Ich hoffe die Beschreibung meines Problems kommt rüber. Ansonsten einfach nachfragen. Bin absolut unerfahren was das arbeiten und vor allem verarbeiten von Drehgebern an geht. 

MFG kirkdickdick 

Danke für eure Antworten


----------



## Kirkdickdick (21 September 2017)

Sorry im Beispiel hat sich nach dem erstellen der Text verschoben


----------



## holgermaik (21 September 2017)

> Kann ich mir das Leben mit einem Absolutwertgeber bei dieser Aufgabe leichter machen ???


Ein Zähler hat den Vorteil, dass du nur durch die Variable (INT, DINT) in der Größe beschränkt bist. Ein Absolutwertgeber hat wiederum den Vorteil, das der Wert bei Spannungsausfall erhalten bleibt.
Ich denke das gröste Problem ist die Zählgrenze. Ich würde nicht "Nullen". Wenn dein Zähler an die Grenze kommt, weist du ja wo welches Teil liegt. Jetzt würde ich den Zähler auf die Bandlänge setzen (z.B. 5000 für 5m Band) und den neuen Positionswert für jedes Teil speichern. Damit kannst du immer Positiv rechnen.



> Das Band darf sich im Betrieb auf der Antriebsrolle nicht durchdrehen sonst stimmt die Berechnung einfach nicht mehr.


Wenn das passiert hast du mit beiden Systemen verloren wenn sie am Antrieb montiert sind. In dem Fall hilft nur ein Geber am Band der formschlüssig angebracht ist.
Eventuell kann man am Band eine Referenzmarke anbringen mit der du deine Position vergleichen und korrigieren kannst.
Holger


----------



## Kirkdickdick (21 September 2017)

Vielen Dank für die Antwort,

Bei der eigentlichen Auswertung des Zählwertes besteht also kein Vorteil zwischen den Systemen ? Eher ein Nachteil weil die Zahlenwerte mit steigender Auflösung auch größer werden und von der SPS erstmal verarbeitet werden müssen.


----------



## holgermaik (21 September 2017)

> Bei der eigentlichen Auswertung des Zählwertes besteht also kein Vorteil zwischen den Systemen ?

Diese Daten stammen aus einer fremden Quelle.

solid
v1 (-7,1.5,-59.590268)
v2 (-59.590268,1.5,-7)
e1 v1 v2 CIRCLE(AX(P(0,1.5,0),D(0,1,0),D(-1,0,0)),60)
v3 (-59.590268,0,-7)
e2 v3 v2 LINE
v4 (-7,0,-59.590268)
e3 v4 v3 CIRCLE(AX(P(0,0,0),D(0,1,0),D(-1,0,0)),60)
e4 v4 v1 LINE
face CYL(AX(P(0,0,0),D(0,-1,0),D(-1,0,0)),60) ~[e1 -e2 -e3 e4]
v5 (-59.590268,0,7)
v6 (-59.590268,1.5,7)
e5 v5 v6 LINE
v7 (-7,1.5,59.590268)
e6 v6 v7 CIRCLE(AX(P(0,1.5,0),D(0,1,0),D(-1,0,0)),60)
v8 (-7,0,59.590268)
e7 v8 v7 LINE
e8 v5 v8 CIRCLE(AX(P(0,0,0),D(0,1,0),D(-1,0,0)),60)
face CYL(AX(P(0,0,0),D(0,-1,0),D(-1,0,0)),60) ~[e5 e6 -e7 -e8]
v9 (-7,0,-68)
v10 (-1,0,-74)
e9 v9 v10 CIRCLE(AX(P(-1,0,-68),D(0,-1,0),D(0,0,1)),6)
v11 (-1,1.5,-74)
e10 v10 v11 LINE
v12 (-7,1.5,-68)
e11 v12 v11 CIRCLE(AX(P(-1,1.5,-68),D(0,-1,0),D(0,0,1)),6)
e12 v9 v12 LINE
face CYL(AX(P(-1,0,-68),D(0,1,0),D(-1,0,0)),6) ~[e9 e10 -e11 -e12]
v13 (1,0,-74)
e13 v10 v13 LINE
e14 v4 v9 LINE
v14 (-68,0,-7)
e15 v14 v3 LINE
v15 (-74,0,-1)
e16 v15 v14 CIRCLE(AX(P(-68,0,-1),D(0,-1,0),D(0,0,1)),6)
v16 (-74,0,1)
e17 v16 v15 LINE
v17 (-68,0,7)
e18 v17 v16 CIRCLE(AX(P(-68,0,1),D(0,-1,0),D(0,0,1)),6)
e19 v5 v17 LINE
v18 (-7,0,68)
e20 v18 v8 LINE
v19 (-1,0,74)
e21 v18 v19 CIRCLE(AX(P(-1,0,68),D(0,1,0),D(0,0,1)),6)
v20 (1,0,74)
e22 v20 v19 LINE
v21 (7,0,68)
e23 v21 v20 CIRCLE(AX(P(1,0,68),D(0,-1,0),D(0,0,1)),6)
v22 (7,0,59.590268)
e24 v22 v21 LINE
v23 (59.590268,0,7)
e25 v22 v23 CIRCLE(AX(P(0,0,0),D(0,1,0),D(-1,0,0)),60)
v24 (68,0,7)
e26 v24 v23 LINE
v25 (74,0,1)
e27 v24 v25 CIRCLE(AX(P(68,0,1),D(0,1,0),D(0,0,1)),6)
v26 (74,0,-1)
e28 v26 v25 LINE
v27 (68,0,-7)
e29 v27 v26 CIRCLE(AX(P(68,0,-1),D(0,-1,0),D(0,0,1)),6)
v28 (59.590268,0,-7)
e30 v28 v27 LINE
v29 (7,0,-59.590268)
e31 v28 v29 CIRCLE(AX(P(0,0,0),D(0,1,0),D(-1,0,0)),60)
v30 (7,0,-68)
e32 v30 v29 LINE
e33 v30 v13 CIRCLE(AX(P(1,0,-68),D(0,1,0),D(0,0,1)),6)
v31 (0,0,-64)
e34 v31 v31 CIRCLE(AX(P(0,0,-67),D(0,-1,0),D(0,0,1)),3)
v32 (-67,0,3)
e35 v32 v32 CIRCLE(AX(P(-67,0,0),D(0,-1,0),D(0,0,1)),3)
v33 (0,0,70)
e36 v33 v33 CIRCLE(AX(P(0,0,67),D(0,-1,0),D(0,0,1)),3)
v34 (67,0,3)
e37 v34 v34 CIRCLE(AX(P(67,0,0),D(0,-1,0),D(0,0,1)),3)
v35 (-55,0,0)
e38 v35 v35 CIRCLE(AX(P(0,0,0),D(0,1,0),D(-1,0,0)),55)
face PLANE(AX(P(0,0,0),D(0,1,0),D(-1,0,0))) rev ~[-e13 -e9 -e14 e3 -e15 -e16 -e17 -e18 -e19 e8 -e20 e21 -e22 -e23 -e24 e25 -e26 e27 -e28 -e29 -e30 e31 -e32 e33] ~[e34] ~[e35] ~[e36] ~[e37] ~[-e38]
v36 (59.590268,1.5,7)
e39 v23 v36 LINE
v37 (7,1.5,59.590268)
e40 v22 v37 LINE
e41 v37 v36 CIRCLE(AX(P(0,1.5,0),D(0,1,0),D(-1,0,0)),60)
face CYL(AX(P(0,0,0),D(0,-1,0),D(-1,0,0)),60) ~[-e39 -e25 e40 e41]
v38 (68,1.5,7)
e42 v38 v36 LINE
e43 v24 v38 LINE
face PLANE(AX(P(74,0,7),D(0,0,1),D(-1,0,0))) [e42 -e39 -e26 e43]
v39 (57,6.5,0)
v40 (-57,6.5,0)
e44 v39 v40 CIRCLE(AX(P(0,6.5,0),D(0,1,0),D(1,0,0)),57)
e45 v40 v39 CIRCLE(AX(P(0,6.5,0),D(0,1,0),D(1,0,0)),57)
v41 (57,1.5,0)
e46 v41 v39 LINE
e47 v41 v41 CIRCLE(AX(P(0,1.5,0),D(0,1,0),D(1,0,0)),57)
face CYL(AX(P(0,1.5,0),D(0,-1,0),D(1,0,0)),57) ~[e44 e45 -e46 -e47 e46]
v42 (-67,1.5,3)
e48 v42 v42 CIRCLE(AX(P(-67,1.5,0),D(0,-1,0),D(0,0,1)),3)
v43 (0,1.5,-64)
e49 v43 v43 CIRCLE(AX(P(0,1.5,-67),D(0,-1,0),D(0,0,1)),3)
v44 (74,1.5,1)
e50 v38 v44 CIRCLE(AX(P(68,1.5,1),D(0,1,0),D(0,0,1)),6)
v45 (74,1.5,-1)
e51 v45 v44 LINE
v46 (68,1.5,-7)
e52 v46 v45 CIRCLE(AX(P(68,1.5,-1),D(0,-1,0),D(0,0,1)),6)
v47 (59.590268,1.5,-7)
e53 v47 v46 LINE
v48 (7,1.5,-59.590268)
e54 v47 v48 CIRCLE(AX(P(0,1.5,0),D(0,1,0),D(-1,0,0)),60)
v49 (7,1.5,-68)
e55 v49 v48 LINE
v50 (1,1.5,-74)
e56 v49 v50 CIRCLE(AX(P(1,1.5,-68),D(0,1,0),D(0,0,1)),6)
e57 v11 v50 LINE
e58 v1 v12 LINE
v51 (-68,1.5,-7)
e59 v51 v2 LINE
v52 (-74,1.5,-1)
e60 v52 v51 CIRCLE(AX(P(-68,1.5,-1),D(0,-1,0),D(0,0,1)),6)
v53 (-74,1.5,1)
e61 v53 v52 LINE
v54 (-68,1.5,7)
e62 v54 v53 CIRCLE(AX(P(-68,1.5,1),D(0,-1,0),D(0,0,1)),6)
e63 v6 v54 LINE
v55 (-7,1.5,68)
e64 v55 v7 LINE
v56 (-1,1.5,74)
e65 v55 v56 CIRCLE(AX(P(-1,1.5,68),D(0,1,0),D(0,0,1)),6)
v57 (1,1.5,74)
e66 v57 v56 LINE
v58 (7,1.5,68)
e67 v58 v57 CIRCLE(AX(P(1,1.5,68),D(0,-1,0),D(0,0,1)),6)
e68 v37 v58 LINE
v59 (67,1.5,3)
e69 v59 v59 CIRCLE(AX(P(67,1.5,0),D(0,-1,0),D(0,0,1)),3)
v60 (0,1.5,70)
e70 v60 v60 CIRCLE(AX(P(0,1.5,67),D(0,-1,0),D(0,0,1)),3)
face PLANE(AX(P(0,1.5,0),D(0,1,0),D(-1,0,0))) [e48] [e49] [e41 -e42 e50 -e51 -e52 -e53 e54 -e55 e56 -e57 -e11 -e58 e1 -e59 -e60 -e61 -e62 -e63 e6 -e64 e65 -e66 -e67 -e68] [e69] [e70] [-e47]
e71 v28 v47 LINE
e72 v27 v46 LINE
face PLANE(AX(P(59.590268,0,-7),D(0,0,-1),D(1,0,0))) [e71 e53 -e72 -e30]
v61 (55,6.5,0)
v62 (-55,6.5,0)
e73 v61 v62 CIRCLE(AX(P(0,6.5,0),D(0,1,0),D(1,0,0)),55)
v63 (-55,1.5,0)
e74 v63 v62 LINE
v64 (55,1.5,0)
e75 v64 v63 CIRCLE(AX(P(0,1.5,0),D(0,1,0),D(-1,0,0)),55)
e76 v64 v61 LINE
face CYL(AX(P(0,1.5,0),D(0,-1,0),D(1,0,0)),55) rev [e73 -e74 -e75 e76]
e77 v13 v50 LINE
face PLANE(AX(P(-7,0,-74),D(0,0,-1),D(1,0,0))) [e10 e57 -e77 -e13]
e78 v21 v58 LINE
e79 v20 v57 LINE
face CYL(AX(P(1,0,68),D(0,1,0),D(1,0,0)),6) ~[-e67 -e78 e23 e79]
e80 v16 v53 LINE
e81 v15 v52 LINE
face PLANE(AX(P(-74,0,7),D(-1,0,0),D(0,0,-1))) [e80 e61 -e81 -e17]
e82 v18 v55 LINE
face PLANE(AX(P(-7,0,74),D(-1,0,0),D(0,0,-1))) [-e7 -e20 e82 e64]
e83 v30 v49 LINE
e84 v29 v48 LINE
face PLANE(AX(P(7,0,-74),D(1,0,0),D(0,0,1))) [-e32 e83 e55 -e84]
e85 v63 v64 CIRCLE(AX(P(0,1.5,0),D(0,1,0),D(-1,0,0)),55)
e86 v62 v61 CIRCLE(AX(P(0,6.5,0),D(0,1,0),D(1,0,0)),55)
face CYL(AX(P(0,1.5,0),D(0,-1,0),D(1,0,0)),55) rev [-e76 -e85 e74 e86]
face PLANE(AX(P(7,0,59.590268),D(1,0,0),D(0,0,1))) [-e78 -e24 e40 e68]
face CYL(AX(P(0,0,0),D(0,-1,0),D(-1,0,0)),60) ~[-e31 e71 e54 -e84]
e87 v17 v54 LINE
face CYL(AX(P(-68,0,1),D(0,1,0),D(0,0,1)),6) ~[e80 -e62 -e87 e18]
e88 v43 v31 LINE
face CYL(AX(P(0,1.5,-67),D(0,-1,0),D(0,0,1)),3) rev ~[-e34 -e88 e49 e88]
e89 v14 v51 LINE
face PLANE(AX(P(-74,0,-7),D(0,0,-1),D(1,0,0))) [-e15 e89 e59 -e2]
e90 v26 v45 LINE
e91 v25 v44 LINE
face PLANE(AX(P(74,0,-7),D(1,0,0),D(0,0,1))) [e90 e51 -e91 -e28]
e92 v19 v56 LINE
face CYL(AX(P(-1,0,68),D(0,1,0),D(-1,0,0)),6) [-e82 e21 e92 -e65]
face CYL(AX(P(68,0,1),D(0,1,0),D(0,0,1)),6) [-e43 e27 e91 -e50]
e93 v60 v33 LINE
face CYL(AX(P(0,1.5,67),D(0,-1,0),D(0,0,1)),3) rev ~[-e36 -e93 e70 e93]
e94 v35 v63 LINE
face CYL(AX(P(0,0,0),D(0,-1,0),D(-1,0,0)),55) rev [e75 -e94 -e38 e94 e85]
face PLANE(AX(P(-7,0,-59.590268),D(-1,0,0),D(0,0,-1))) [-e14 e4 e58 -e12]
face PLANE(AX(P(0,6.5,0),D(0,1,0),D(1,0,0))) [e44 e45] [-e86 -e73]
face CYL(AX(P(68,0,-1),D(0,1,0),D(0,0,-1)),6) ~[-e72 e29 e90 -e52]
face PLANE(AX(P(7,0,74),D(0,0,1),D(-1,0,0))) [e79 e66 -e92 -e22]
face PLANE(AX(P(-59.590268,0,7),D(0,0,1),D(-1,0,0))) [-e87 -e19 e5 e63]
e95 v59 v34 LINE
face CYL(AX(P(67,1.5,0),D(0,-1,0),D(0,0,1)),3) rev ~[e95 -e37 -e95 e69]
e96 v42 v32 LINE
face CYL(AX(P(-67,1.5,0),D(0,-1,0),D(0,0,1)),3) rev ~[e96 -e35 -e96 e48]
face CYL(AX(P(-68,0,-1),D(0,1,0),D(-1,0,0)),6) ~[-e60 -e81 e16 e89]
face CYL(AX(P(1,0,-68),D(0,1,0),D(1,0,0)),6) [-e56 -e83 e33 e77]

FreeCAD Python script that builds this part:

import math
import FreeCAD as App
import Part
import Sketcher


def edges_at(feature, points):
    """Names of the edges that pass closest to the given points."""
    edges = feature.Shape.Edges
    near = lambda p: min(range(len(edges)), key=lambda i: edges[i].distToShape(Part.Vertex(*p))[0])
    return sorted({f"Edge{near(p) + 1}" for p in points})

doc = App.newDocument("Part")
params = doc.addObject("Spreadsheet::Sheet", "Params")
for row, (alias, value) in enumerate([
    ("sketch1_diameter", "110 mm"),
    ("sketch1_radius", "60 mm"),
    ("sketch1_width", "14 mm"),
    ("pad1_length", "1.5 mm"),
    ("fillet_radius", "6 mm"),
    ("sketch2_diameter", "6 mm"),
    ("hole_diameter", "6 mm"),
    ("sketch3_diameter", "114 mm"),
    ("sketch3_diameter2", "110 mm"),
    ("pad2_length", "5 mm"),
], start=1):
    params.set(f"A{row}", alias)
    params.set(f"B{row}", "=" + value)
    params.setAlias(f"B{row}", alias)

body = doc.addObject("PartDesign::Body", "Body")

sketch1 = body.newObject("Sketcher::SketchObject", "Sketch")
sketch1.AttachmentSupport = (doc.getObject("XZ_Plane"), [""])
sketch1.MapMode = "FlatFace"
sketch1.addGeometry([
    Part.LineSegment(App.Vector(-60, -7, 0), App.Vector(-74, -7, 0)),
    Part.LineSegment(App.Vector(-74, -7, 0), App.Vector(-74, 7, 0)),
    Part.LineSegment(App.Vector(-74, 7, 0), App.Vector(-60, 7, 0)),
    Part.ArcOfCircle(Part.Circle(App.Vector(0, 0, 0), App.Vector(0, 0, 1), 60), math.radians(97), math.radians(173)),
    Part.LineSegment(App.Vector(-7, 60, 0), App.Vector(-7, 74, 0)),
    Part.LineSegment(App.Vector(-7, 74, 0), App.Vector(7, 74, 0)),
    Part.LineSegment(App.Vector(7, 74, 0), App.Vector(7, 60, 0)),
    Part.ArcOfCircle(Part.Circle(App.Vector(0, 0, 0), App.Vector(0, 0, 1), 60), math.radians(7), math.radians(83)),
    Part.LineSegment(App.Vector(60, 7, 0), App.Vector(74, 7, 0)),
    Part.LineSegment(App.Vector(74, 7, 0), App.Vector(74, -7, 0)),
    Part.LineSegment(App.Vector(74, -7, 0), App.Vector(60, -7, 0)),
    Part.ArcOfCircle(Part.Circle(App.Vector(0, 0, 0), App.Vector(0, 0, 1), 60), math.radians(-83), math.radians(-7)),
    Part.LineSegment(App.Vector(7, -60, 0), App.Vector(7, -74, 0)),
    Part.LineSegment(App.Vector(7, -74, 0), App.Vector(-7, -74, 0)),
    Part.LineSegment(App.Vector(-7, -74, 0), App.Vector(-7, -60, 0)),
    Part.ArcOfCircle(Part.Circle(App.Vector(0, 0, 0), App.Vector(0, 0, 1), 60), math.radians(-173), math.radians(-97)),
    Part.Circle(App.Vector(0, 0, 0), App.Vector(0, 0, 1), 55),
], False)
sketch1.addConstraint([
    Sketcher.Constraint("Coincident", 0, 2, 1, 1),
    Sketcher.Constraint("Coincident", 1, 2, 2, 1),
    Sketcher.Constraint("Coincident", 2, 2, 3, 2),
    Sketcher.Constraint("Coincident", 3, 1, 4, 1),
    Sketcher.Constraint("Coincident", 4, 2, 5, 1),
    Sketcher.Constraint("Coincident", 5, 2, 6, 1),
    Sketcher.Constraint("Coincident", 6, 2, 7, 2),
    Sketcher.Constraint("Coincident", 7, 1, 8, 1),
    Sketcher.Constraint("Coincident", 8, 2, 9, 1),
    Sketcher.Constraint("Coincident", 9, 2, 10, 1),
    Sketcher.Constraint("Coincident", 10, 2, 11, 2),
    Sketcher.Constraint("Coincident", 11, 1, 12, 1),
    Sketcher.Constraint("Coincident", 12, 2, 13, 1),
    Sketcher.Constraint("Coincident", 13, 2, 14, 1),
    Sketcher.Constraint("Coincident", 14, 2, 15, 2),
    Sketcher.Constraint("Coincident", 15, 1, 0, 1),
    Sketcher.Constraint("Horizontal", 0),
    Sketcher.Constraint("Vertical", 1),
    Sketcher.Constraint("Horizontal", 2),
    Sketcher.Constraint("Vertical", 4),
    Sketcher.Constraint("Horizontal", 5),
    Sketcher.Constraint("Vertical", 6),
    Sketcher.Constraint("Horizontal", 8),
    Sketcher.Constraint("Vertical", 9),
    Sketcher.Constraint("Horizontal", 10),
    Sketcher.Constraint("Vertical", 12),
    Sketcher.Constraint("Horizontal", 13),
    Sketcher.Constraint("Vertical", 14),
    Sketcher.Constraint("Coincident", 3, 3, -1, 1),
    Sketcher.Constraint("Coincident", 7, 3, -1, 1),
    Sketcher.Constraint("Coincident", 11, 3, -1, 1),
    Sketcher.Constraint("Coincident", 15, 3, -1, 1),
    Sketcher.Constraint("Coincident", 16, 3, -1, 1),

Ich sehe da erstmal keinen Vorteil, da du dich ja nicht in einer absoluten Position befindest sondern dein Band permanent vorwärts läuft.


> Eher ein Nachteil weil die Zahlenwerte mit steigender Auflösung auch  größer werden und von der SPS erstmal verarbeitet werden müssen.

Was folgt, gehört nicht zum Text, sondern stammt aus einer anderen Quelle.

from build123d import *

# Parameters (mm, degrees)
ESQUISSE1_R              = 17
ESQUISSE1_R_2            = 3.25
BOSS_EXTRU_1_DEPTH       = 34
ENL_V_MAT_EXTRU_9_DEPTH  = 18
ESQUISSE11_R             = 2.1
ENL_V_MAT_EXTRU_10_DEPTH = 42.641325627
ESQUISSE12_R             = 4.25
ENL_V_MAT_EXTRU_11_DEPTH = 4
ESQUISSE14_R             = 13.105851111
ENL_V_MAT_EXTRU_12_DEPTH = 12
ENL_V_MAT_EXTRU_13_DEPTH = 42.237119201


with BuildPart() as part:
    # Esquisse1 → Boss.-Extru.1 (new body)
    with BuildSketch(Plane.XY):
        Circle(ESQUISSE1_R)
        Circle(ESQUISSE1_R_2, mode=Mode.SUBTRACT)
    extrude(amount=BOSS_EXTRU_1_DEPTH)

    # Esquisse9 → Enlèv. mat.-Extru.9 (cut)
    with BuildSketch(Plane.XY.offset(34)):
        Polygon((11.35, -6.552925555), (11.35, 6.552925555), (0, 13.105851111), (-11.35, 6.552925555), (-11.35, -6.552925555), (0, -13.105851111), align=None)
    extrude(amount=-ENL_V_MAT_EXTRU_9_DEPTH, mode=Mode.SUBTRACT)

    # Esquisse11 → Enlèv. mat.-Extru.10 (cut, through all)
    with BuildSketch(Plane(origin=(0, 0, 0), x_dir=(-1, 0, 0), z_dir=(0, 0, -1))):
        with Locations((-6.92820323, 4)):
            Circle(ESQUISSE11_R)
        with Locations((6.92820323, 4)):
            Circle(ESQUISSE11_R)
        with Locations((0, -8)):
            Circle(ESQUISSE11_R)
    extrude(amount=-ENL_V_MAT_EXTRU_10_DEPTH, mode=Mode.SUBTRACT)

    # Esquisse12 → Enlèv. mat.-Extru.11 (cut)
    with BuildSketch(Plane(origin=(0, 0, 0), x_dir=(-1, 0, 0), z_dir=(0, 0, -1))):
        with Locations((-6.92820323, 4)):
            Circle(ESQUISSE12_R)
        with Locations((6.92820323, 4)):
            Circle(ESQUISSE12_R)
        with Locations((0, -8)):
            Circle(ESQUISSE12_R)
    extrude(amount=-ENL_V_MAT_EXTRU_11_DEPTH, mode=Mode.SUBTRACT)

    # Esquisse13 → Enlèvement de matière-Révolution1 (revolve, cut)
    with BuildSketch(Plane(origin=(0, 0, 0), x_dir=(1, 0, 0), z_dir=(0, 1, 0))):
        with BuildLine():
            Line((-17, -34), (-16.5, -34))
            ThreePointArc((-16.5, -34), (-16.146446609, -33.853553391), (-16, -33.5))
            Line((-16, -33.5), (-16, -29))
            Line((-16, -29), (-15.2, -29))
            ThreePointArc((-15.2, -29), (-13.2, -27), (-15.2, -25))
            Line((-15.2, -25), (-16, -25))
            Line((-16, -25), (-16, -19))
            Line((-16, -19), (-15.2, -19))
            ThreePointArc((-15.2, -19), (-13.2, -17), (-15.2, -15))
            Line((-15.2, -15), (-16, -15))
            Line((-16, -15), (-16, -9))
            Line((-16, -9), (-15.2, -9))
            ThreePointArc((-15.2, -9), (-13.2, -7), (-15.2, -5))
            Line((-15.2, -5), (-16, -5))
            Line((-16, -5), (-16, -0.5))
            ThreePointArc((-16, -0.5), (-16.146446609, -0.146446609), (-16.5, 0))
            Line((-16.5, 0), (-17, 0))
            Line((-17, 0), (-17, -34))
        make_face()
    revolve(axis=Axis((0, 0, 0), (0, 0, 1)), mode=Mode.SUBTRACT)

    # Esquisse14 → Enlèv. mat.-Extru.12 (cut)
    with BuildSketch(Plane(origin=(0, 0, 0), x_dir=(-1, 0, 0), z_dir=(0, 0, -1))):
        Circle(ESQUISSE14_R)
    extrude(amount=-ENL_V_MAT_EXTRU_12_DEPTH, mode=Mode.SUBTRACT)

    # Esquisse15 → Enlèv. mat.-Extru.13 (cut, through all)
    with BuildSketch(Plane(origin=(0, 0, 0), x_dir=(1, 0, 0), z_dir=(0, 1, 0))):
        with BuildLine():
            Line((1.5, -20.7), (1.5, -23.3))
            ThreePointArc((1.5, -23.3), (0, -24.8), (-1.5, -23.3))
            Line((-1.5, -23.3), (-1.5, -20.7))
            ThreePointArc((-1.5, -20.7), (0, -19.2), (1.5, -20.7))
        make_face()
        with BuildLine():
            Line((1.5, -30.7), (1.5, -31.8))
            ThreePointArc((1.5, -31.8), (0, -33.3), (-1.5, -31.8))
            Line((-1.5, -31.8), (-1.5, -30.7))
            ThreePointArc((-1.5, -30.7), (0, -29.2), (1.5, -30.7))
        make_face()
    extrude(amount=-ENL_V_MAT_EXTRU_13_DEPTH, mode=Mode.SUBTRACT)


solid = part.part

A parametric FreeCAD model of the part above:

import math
import FreeCAD as App
import Part
import Sketcher

V = App.Vector
Q = App.Units.Quantity

doc = App.newDocument("Part")
body = doc.addObject("PartDesign::Body", "Body")

sketch1 = body.newObject("Sketcher::SketchObject", "Sketch")
sketch1.AttachmentSupport = (doc.getObject("XY_Plane"), [""])
sketch1.MapMode = "FlatFace"
sketch1.addGeometry([
    Part.Circle(V(0, 0, 0), V(0, 0, 1), 17),
    Part.Circle(V(0, 0, 0), V(0, 0, 1), 3.25),
], False)
sketch1.addConstraint([
    Sketcher.Constraint("Coincident", 0, 3, -1, 1),
    Sketcher.Constraint("Coincident", 1, 3, -1, 1),
    Sketcher.Constraint("Diameter", 0, 34.0),
    Sketcher.Constraint("Diameter", 1, 6.5),
])
pad1 = body.newObject("PartDesign::Pad", "Pad")
pad1.Profile = sketch1
pad1.Length = 34

sketch2 = body.newObject("Sketcher::SketchObject", "Sketch001")
sketch2.AttachmentSupport = (doc.getObject("XY_Plane"), [""])
sketch2.MapMode = "FlatFace"
sketch2.AttachmentOffset = App.Placement(V(0, 0, 34), App.Rotation())
sketch2.addGeometry([
    Part.LineSegment(V(11.35, -6.552926, 0), V(11.35, 6.552926, 0)),
    Part.LineSegment(V(11.35, 6.552926, 0), V(0, 13.105851, 0)),
    Part.LineSegment(V(0, 13.105851, 0), V(-11.35, 6.552926, 0)),
    Part.LineSegment(V(-11.35, 6.552926, 0), V(-11.35, -6.552926, 0)),
    Part.LineSegment(V(-11.35, -6.552926, 0), V(0, -13.105851, 0)),
    Part.LineSegment(V(0, -13.105851, 0), V(11.35, -6.552926, 0)),
], False)
sketch2.addConstraint([
    Sketcher.Constraint("Coincident", 0, 2, 1, 1),
    Sketcher.Constraint("Coincident", 1, 2, 2, 1),
    Sketcher.Constraint("Coincident", 2, 2, 3, 1),
    Sketcher.Constraint("Coincident", 3, 2, 4, 1),
    Sketcher.Constraint("Coincident", 4, 2, 5, 1),
    Sketcher.Constraint("Coincident", 5, 2, 0, 1),
    Sketcher.Constraint("Vertical", 0),
    Sketcher.Constraint("Vertical", 3),
    Sketcher.Constraint("Symmetric", 0, 2, 3, 2, -1, 1),
    Sketcher.Constraint("Symmetric", 1, 2, 4, 2, -1, 1),
    Sketcher.Constraint("PointOnObject", 1, 2, -2),
    Sketcher.Constraint("Parallel", 2, 5),
    Sketcher.Constraint("Horizontal", 0, 2, 2, 2),
    Sketcher.Constraint("Angle", 1, Q("150 deg")),
    Sketcher.Constraint("DistanceX", 2, 2, 0, 2, 22.7),
    Sketcher.Constraint("DistanceY", 0, 1, 0, 2, 13.105851),
])
pocket1 = body.newObject("PartDesign::Pocket", "Pocket")
pocket1.Profile = sketch2
pocket1.Length = 18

Bei einer modernen SPS spielt die größe der Zahlen erstmal keine Rolle. Wenn du z.B. mit einem DINT rechnechst wird immer eine 32bit Rechnung durchgeführt. Egal ob der Zahlenwert jetzt 1 oder 1 Mio. ist.

Bei der Anschaffung der Geräte konnte es je nach Genauigkeit und Geschwindigkeit zu erheblichen Preisunterschieden kommen. Da du aber bereits Geräte besitzt sehe keinen Vorteil einen Absolutwert Geber einzusetzen.
Holger


----------



## Heinileini (21 September 2017)

Moin Kirkdickdick!
Wenn Holgermaik sagt "Bei einer modernen SPS spielt die Größe der Zahlen erstmal keine Rolle. Wenn du z.B. mit einem DINT rechnest, wird immer eine 32bit Rechnung durchgeführt. Egal ob der Zahlenwert jetzt 1 oder 1 Mio. ist.", hat er nicht Unrecht. Aber ich bin trotzdem ganz auf Deiner Seite, wenn Du schon jetzt an das Thema ZählerÜberlauf denkst. Das "Jahr-2000-Problem" sollte man nicht immer wieder neu erfinden.

Ich würde keinen AbsolutGeber "spendieren", sondern die billige Variante bevorzugen. Die absolute Position des Bandes scheint mir irrelevant zu sein und für ein Referenzieren auf einen bestimmten Punkt des Bandes sehe ich ebenfalls keinen Grund.
Wenn Du sowieso hin und wieder Deinen PositionsZähler neu setzen willst, um den gefürchteten Überlauf zu vermeiden, dann bietet es sich doch an, dies z.B. bei jedem Teil zu tun, das die LS1 auslöst - allerdings müsste man den aktuell erreichten Zählerstand direkt vor dem Setzen abspeichern.
Ich habe keine Vorstellung, von welcher Bandlänge wir hier sprechen und wieviele Bandlängen Deinen Zähler zum Überlauf bringen würden. 
Ausserdem wäre es wohl wichtig zu berücksichtigen, wieviele Teile maximal gleichzeitig zwischen LS1 und LS3 auf dem Band unterwegs sind - bei dieser Zählung bitte so tun, als ob keine Teile aussortiert würden.
Mir schwebt vor, einen weiteren Zähler zu verwenden, der durch LS1 inkrementiert wird und die Teile zählt, damit man die erforderlichen Berechnungen überhaupt zuordnen kann.
Aber darüber möchte ich mir eigentlich erst den Kopf zerbrechen, wenn Du Angaben zu Bandlänge, Anzahl Bandlängen zwischen zwei Überläufen und Anzahl Teilen auf dem Band gemacht hast.
Gruss, Heinileini


----------



## weißnix_ (21 September 2017)

Der Zähler wird üblicherweise 32bit umfassen. Als Zahlenbereich unbedingt ohne Vorzeichen rechnen. Alle Offsets sind positiv und die Zählrichtung ist vorwärts.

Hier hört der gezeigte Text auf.